ON PAIN & SHIFTING INTO HEAL MODE:
Several years ago I was driving back to Massachusetts from Wisconsin and having a reoccurrence of terrible sciatica. I had kept up my Foundation Training practice during the trip and done some muscle and facial work on myself, but the pain persisted. I had eaten some things that I normally stay away from because they cause inflammation and auto-immune issues in me so I thought maybe the pain was coming from inflamed guts, since there are branches of the sciatic nerve that move through there. I was also getting scared that perhaps there was some real damage and that I was facing the beginning of the end for my back. The more afraid I got, the more pain came. I started to listen to this great podcast on pain called “Tell Me About Your Pain,” and the biggest lesson I got from the podcast was that when we look at pain from a lens of fear, the body will amplify the pain. If we look at the pain from a lens of curiosity, often the pain signals will go down and we will gain insight into what is going on.
LENS OF FEAR:
If we feel the pain and start having scary thoughts about it, maybe even start to imagine a dreadful future and see images of ourselves with things that we are afraid of happening, like having to go into the medical system and get help from people that cause more damage than good, having to give up something we love, losing the ability to walk, being unable to work, becoming homeless, spending all our money, losing all our friends… then the body / nervous system, pain pathway will begin to amplify the feeling of pain even though nothing worse is happening & there is no more damage happening. This is tricky because the more painful it gets, often the more scared we get! With the increase of pain it seems to signal to us that something worse is definitely happening and we can get even more afraid.
LENS OF CURIOSITY:
To look at our pain from a lens of curiosity means that we bring our awareness there and really try to sense it. On a scale of 1-10, how strong is the pain? Is it moving? What shape is it? Does it have a center? Where is the center? Is there a web of interconnected parts? Is it sharp? Dull? Radiating? Streaking? Imagine you had to make a painting of the pain to show it to someone, all of its parts, colors, the shape it’s making, the way it lives in the body, a movement it has, density of it… Is it fluid? Is it woody? Earthy? Fiery? What is the viscosity of the tissue around it? Get that clear about it.
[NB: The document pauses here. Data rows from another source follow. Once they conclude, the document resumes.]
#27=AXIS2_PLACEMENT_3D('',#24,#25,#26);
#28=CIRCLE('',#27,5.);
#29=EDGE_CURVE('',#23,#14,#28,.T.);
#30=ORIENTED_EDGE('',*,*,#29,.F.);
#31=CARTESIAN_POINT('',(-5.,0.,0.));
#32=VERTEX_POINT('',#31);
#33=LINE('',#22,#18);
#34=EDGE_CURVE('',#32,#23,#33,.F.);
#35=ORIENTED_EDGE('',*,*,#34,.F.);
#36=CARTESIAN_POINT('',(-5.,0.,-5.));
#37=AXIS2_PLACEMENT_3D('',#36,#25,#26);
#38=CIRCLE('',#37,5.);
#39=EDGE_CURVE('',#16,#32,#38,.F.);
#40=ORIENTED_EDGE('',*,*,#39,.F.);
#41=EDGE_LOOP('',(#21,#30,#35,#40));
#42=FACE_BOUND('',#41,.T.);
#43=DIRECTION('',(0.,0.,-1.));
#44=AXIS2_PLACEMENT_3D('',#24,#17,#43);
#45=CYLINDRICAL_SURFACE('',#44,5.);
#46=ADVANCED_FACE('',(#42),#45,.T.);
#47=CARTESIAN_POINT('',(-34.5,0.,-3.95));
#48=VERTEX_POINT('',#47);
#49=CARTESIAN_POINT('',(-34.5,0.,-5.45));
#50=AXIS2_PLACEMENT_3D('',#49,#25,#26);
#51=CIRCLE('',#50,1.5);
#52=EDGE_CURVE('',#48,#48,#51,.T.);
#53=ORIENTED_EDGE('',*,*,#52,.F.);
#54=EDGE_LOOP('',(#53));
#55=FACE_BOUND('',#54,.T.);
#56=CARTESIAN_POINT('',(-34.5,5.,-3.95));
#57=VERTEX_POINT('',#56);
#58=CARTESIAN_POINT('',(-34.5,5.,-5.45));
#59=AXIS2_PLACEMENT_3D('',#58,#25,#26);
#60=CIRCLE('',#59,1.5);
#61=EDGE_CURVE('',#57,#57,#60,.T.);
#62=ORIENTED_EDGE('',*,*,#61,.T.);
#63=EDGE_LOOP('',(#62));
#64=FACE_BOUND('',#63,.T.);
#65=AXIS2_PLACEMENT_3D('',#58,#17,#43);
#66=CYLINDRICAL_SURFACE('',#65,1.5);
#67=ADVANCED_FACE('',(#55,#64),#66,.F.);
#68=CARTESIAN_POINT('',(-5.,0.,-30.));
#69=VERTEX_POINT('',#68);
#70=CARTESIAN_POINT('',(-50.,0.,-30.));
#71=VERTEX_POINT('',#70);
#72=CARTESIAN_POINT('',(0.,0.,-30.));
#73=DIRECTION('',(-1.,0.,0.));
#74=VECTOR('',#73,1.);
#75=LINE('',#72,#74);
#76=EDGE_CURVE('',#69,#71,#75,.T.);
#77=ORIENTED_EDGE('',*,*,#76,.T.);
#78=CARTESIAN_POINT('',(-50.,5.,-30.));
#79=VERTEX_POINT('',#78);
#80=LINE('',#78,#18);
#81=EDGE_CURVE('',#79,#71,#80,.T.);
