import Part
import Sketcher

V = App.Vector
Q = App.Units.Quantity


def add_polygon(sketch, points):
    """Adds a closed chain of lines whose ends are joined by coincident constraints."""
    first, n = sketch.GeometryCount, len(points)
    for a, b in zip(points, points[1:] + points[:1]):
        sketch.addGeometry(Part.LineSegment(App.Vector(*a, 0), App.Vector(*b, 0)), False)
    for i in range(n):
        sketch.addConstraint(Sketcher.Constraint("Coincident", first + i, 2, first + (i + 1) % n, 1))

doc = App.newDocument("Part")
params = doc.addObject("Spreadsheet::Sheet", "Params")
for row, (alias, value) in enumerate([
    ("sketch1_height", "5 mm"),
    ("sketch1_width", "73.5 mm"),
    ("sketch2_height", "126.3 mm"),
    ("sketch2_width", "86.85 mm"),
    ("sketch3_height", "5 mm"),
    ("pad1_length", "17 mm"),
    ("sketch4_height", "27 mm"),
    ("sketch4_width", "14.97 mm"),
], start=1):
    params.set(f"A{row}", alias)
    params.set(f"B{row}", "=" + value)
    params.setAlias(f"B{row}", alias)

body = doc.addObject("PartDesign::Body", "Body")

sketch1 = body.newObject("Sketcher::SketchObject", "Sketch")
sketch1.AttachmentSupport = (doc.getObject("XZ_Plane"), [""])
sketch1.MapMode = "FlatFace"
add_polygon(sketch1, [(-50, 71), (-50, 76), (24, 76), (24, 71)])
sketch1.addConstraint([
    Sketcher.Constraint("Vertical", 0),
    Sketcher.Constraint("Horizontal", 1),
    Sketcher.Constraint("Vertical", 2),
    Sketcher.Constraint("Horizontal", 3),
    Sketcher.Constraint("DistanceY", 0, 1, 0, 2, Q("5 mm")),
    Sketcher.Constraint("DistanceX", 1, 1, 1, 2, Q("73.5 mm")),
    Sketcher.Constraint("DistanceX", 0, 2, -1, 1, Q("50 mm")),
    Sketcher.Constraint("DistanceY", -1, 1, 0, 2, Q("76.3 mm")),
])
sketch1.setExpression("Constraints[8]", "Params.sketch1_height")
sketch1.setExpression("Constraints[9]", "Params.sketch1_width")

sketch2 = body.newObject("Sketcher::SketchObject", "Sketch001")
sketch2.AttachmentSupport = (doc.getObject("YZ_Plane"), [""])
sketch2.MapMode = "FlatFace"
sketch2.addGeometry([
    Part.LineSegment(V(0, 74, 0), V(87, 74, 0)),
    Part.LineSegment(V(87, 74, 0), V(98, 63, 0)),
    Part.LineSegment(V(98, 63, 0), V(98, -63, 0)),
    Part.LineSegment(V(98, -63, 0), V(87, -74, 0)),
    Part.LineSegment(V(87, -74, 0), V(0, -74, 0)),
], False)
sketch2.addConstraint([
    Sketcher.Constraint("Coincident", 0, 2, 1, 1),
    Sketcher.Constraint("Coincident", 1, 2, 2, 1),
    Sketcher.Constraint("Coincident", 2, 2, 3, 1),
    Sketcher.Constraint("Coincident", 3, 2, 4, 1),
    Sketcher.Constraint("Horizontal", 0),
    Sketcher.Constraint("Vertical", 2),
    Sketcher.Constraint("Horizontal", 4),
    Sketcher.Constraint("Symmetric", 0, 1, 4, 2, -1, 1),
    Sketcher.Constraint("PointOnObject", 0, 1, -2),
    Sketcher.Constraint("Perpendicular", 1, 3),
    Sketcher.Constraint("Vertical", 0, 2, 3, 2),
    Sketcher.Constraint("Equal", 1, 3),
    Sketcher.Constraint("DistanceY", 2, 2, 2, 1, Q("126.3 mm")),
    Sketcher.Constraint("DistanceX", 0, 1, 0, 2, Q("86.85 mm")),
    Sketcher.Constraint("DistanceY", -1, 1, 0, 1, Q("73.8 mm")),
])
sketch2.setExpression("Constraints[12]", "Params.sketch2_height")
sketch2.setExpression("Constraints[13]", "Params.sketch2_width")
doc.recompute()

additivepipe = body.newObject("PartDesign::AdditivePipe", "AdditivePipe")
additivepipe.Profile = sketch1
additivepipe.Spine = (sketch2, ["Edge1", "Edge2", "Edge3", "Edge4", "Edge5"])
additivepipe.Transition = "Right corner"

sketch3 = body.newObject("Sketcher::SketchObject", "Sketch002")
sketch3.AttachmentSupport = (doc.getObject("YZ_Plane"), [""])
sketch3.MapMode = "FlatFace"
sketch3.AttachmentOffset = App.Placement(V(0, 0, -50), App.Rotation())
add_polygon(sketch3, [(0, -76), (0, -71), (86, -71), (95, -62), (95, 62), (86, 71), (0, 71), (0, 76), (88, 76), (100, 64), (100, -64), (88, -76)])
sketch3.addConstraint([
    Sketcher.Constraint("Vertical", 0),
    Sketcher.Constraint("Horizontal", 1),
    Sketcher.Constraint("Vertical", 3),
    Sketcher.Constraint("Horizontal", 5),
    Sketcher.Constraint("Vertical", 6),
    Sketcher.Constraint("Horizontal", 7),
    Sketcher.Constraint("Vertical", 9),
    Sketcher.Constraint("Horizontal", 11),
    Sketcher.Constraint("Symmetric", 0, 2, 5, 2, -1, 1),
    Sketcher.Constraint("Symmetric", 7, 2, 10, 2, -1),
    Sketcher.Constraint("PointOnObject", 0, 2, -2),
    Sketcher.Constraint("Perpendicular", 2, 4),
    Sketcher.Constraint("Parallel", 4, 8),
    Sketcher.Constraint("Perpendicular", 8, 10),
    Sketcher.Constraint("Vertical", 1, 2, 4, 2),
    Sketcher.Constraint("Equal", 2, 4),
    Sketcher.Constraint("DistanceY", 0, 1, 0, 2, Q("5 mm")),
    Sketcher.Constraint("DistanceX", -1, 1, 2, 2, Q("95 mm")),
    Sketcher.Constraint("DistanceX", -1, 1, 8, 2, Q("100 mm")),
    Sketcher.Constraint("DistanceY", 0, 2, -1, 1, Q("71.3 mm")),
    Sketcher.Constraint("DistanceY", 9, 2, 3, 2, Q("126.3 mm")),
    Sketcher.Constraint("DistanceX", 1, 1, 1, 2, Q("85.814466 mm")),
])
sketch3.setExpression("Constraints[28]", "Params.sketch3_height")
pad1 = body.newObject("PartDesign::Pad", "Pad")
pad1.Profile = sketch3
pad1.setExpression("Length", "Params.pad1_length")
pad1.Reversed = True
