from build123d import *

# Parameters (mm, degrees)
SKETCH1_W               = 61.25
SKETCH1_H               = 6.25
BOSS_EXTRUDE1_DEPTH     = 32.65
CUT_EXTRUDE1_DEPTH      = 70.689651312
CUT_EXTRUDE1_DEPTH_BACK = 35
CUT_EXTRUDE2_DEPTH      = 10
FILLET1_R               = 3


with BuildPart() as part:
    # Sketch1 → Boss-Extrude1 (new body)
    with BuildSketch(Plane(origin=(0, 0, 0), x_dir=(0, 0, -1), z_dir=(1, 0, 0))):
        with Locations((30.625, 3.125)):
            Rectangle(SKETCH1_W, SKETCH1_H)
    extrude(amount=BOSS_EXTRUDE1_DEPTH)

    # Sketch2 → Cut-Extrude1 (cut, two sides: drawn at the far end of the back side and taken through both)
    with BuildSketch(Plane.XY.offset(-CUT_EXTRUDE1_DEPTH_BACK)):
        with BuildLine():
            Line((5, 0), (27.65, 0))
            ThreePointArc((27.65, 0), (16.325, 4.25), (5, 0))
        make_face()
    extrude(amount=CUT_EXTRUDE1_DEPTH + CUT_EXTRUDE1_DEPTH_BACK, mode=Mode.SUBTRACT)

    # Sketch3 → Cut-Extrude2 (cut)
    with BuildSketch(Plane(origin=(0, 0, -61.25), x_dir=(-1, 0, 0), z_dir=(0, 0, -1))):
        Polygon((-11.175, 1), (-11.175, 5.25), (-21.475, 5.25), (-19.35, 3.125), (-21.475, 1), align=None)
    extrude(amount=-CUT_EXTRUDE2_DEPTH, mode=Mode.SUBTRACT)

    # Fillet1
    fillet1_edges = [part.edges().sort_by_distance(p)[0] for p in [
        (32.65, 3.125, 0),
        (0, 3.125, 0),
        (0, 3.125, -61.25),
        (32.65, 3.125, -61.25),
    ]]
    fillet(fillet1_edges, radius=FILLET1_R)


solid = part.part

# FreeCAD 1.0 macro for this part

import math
import FreeCAD as App
import Part
import Sketcher
from FreeCAD import Vector
Q = App.Units.Quantity


def edges_at(feature, points):
    """Names of the edges that pass closest to the given points."""
    edges = feature.Shape.Edges
    near = lambda p: min(range(len(edges)), key=lambda i: edges[i].distToShape(Part.Vertex(*p))[0])
    return sorted({f"Edge{near(p) + 1}" for p in points})


def add_polygon(sketch, points):
    """Adds a closed chain of lines whose ends are joined by coincident constraints."""
    first, n = sketch.GeometryCount, len(points)
    for a, b in zip(points, points[1:] + points[:1]):
        sketch.addGeometry(Part.LineSegment(App.Vector(*a, 0), App.Vector(*b, 0)), False)
    for i in range(n):
        sketch.addConstraint(Sketcher.Constraint("Coincident", first + i, 2, first + (i + 1) % n, 1))

doc = App.newDocument("Part")
body = doc.addObject("PartDesign::Body", "Body")

# Sketch on YZ plane
sketch1 = doc.addObject("Sketcher::SketchObject", "Sketch")
body.addObject(sketch1)
sketch1.AttachmentSupport = (doc.YZ_Plane, [""])
sketch1.MapMode = "FlatFace"
add_polygon(sketch1, [(6.25, 0), (0, 0), (0, -61.25), (6.25, -61.25)])  # lines 0-3
sketch1.addConstraint(Sketcher.Constraint("Horizontal", 0))
sketch1.addConstraint(Sketcher.Constraint("Vertical", 1))
sketch1.addConstraint(Sketcher.Constraint("Horizontal", 2))
sketch1.addConstraint(Sketcher.Constraint("Vertical", 3))
sketch1.addConstraint(Sketcher.Constraint("Coincident", 0, 2, -1, 1))
sketch1.addConstraint(Sketcher.Constraint("DistanceX", 0, 2, 0, 1, Q("6.25 mm")))
sketch1.addConstraint(Sketcher.Constraint("DistanceY", 1, 2, 1, 1, Q("61.25 mm")))
pad1 = doc.addObject("PartDesign::Pad", "Pad")
body.addObject(pad1)
pad1.Profile = sketch1
pad1.Length = 32.65

# Sketch on XY plane
sketch2 = doc.addObject("Sketcher::SketchObject", "Sketch001")
body.addObject(sketch2)
sketch2.AttachmentSupport = (doc.XY_Plane, [""])
sketch2.MapMode = "FlatFace"
sketch2.addGeometry(Part.LineSegment(Vector(5, 0, 0), Vector(27.65, 0, 0)), False)
sketch2.addGeometry(Part.ArcOfCircle(Part.Circle(Vector(16.325, -12.963897, 0), Vector(0, 0, 1), 17.213897), math.radians(48.86019), math.radians(131.13981)), False)
sketch2.addConstraint(Sketcher.Constraint("Coincident", 0, 1, 1, 2))
sketch2.addConstraint(Sketcher.Constraint("Coincident", 1, 1, 0, 2))
sketch2.addConstraint(Sketcher.Constraint("Horizontal", 0))
sketch2.addConstraint(Sketcher.Constraint("PointOnObject", 0, 1, -1))
sketch2.addConstraint(Sketcher.Constraint("DistanceX", -1, 1, 0, 1, Q("5 mm")))
sketch2.addConstraint(Sketcher.Constraint("DistanceX", 0, 1, 0, 2, Q("22.65 mm")))
sketch2.addConstraint(Sketcher.Constraint("Radius", 1, Q("17.213897 mm")))
pocket1 = doc.addObject("PartDesign::Pocket", "Pocket")
body.addObject(pocket1)
pocket1.Profile = sketch2
pocket1.Type = "TwoLengths"
pocket1.Length = 70.689651
pocket1.Length2 = 35
pocket1.Reversed = True

# Sketch on XY plane
sketch3 = doc.addObject("Sketcher::SketchObject", "Sketch002")
body.addObject(sketch3)
sketch3.AttachmentSupport = (doc.XY_Plane, [""])
sketch3.MapMode = "FlatFace"
sketch3.AttachmentOffset = App.Placement(Vector(0, 0, -61.25), App.Rotation())
add_polygon(sketch3, [(11.175, 1), (11.175, 5.25), (21.475, 5.25), (19.35, 3.125), (21.475, 1)])  # lines 0-4
sketch3.addConstraint(Sketcher.Constraint("Vertical", 0))
sketch3.addConstraint(Sketcher.Constraint("Horizontal", 1))
sketch3.addConstraint(Sketcher.Constraint("Horizontal", 4))
sketch3.addConstraint(Sketcher.Constraint("Perpendicular", 2, 3))
sketch3.addConstraint(Sketcher.Constraint("Vertical", 1, 2, 3, 2))
sketch3.addConstraint(Sketcher.Constraint("Equal", 2, 3))
sketch3.addConstraint(Sketcher.Constraint("DistanceX", 1, 1, 1, 2, Q("10.3 mm")))
sketch3.addConstraint(Sketcher.Constraint("DistanceY", -1, 1, 3, 2, Q("1 mm")))
sketch3.addConstraint(Sketcher.Constraint("DistanceY", 0, 1, 0, 2, Q("4.25 mm")))
sketch3.addConstraint(Sketcher.Constraint("DistanceX", -1, 1, 2, 2, Q("19.35 mm")))
pocket2 = doc.addObject("PartDesign::Pocket", "Pocket001")
body.addObject(pocket2)
pocket2.Profile = sketch3
pocket2.Length = 10
pocket2.Reversed = True
doc.recompute()

fillet = doc.addObject("PartDesign::Fillet", "Fillet")
body.addObject(fillet)
fillet.Base = (pocket2, edges_at(pocket2, [
    (32.65, 3.125, 0),
    (0, 3.125, 0),
    (0, 3.125, -61.25),
    (32.65, 3.125, -61.25),
]))
fillet.Radius = 3

doc.recompute()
When I was in the car on that trip & listening to that podcast, I started to try to bring that lens of curiosity to my pain and the more I looked for the pain, the less I could feel it! It seemed to disappear! It was like it didn’t even actually exist! As the sensation went down and even disappeared, I relaxed and the “sciatica” basically went away. Every time it would reappear, I’d look for it, and as I tried to find it, it would disappear.
Here are some very cool things about pain that support me when I am in pain below! I am also linking to a podcast that I recently made out of a class recording which was the opening class of the last Foundation Training Series.
MINDSET AND MODES OF NERVOUS SYSTEM:
PROTECT OR HEAL:
Our mindset around pain is important because:
- When we are in a sympathetic state of our nervous system (fight, flight, freeze – stress zone) the body will protect or create a holding pattern around pain, injury or a force that has entered into the body.
- When we shift into the parasympathetic state (rest, digest & heal – relax zone), the nervous system and body will move from holding and protecting around the pain, injury, or force that has entered the system into heal mode.
We do have the power to shift our state and in the podcast below I share several methods for how to do that.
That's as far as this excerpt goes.